Definitive diagnosis of acute bacterial meningitis typically involves identification of the

pathogen from CSF culture with demonstration of inflammation within the CSF. This is

achieved by lumbar puncture and collection of CSF for analysis. Prior to lumbar

puncture, practitioners should consider obtaining CT scans of the brain in certain

populations given the risk of precipitating cerebral herniation after lumbar puncture if

there is an intracranial pressure gradient due to mass effect. This is not absolutely

necessary in all cases and may not be feasible in all health care settings, but should be

considered, according to guidelines from the Infectious Disease Society of America, in

patients who are 1) immunocompromised, 2) have a history of CNS mass or focal

disease, 3) have a seizure at onset of illness, 4) have optic disc edema on fundoscopic

examination, or 5) have a clear focal deficit on neurologic examination. Evaluation for

cerebral edema in the posterior fossa of the skull and ruling out subdural process orfocal mass can be achieved via CT scans of the head and these would be relative

contra-indications to pursuing lumbar puncture.

When lumbar puncture is obtained, the opening pressure should be noted, as it is often

elevated (normal is less than 20 cm H20). CSF studies should be sent for gram stain

and culture, cell count, protein, and glucose levels, and other specific pathogen testing

depending on clinical suspicion. In acute bacterial meningitis, there should be a

pleocytosis of WBC, often ranging from 100 to 100,000 cells, with neutrophil

predominance in terms of cell type. CSF glucose is typically decreased to below 40% of

serum glucose and CSF protein is typically markedly elevated. Gram stain and cultureoften grow the pathologic bacteria, but cultures may be sterile if lumbar puncture is

delayed following administration of antibiotics. If CSF studies are not consistent with

bacterial meningitis, then consideration should be given for discontinuation of antibiotics

at meningeal dosing and stopping steroids in the appropriate clinical setting.

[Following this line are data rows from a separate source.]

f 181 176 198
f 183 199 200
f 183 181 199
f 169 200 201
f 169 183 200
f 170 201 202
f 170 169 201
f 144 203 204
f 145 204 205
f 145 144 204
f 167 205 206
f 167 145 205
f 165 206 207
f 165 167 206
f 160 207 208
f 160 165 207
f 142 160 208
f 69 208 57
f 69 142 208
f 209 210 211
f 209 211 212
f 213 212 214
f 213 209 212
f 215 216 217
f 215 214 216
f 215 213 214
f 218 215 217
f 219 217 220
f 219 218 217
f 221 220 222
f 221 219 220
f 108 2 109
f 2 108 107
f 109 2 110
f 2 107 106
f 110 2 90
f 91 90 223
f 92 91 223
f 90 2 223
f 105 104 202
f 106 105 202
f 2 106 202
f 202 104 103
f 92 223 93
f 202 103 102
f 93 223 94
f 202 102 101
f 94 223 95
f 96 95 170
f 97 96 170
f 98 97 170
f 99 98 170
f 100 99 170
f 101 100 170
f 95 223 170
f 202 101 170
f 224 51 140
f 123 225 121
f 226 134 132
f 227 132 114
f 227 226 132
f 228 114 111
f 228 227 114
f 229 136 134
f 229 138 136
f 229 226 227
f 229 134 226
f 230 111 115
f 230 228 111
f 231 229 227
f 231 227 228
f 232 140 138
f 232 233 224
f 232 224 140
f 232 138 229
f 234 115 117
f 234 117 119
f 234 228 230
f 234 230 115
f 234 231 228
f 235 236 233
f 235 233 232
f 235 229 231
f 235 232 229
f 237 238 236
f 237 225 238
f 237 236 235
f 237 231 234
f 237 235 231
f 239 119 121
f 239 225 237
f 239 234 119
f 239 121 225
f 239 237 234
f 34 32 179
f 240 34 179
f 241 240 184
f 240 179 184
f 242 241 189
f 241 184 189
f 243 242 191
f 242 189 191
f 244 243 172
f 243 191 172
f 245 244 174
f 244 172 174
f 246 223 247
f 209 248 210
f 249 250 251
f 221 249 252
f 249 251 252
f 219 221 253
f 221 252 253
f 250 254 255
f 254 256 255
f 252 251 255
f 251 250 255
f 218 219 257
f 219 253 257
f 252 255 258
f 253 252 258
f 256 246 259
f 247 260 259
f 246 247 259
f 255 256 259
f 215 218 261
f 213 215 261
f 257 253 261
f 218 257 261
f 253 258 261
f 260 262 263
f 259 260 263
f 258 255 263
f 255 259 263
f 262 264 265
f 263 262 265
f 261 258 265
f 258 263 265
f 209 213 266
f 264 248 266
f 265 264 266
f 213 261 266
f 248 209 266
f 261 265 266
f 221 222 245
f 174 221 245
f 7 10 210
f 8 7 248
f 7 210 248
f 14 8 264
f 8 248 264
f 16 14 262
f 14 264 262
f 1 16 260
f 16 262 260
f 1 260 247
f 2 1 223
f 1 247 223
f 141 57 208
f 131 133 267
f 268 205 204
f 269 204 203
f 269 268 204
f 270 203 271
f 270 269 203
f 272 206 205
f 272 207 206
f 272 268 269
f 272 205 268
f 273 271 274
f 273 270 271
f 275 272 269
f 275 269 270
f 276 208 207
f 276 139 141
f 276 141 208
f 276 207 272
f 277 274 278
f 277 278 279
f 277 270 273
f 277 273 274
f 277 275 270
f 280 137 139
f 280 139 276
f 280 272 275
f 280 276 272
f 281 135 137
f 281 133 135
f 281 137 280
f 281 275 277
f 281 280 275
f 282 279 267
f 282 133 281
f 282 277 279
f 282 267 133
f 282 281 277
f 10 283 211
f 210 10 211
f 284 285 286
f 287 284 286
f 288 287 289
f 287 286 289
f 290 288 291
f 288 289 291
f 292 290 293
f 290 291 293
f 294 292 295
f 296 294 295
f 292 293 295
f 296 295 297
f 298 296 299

In the United States, the overall mortality of bacterial meningitis is 16% and is higher in

older patients and those with hospital-acquired infection. There is a high rate of

neurologic complications and deficits including cognitive deficits, recurrent seizures and

epilepsy, hydrocephalus requiring shunting, venous sinus thrombosis, cranial nerve

injury including hearing loss, and immediate and delayed cerebral vasculopathy leading

to ischemic stroke. Given the high rate of complications after even a few hours or days

of illness, acute bacterial meningitis is an important clinical disease to immediately

recognize and empirically treat, as it is preferable to discontinue antibiotics later after

diagnostic testing reveals alternative diagnosis rather than delay definitive treatment

because of delayed recognition or diagnosis.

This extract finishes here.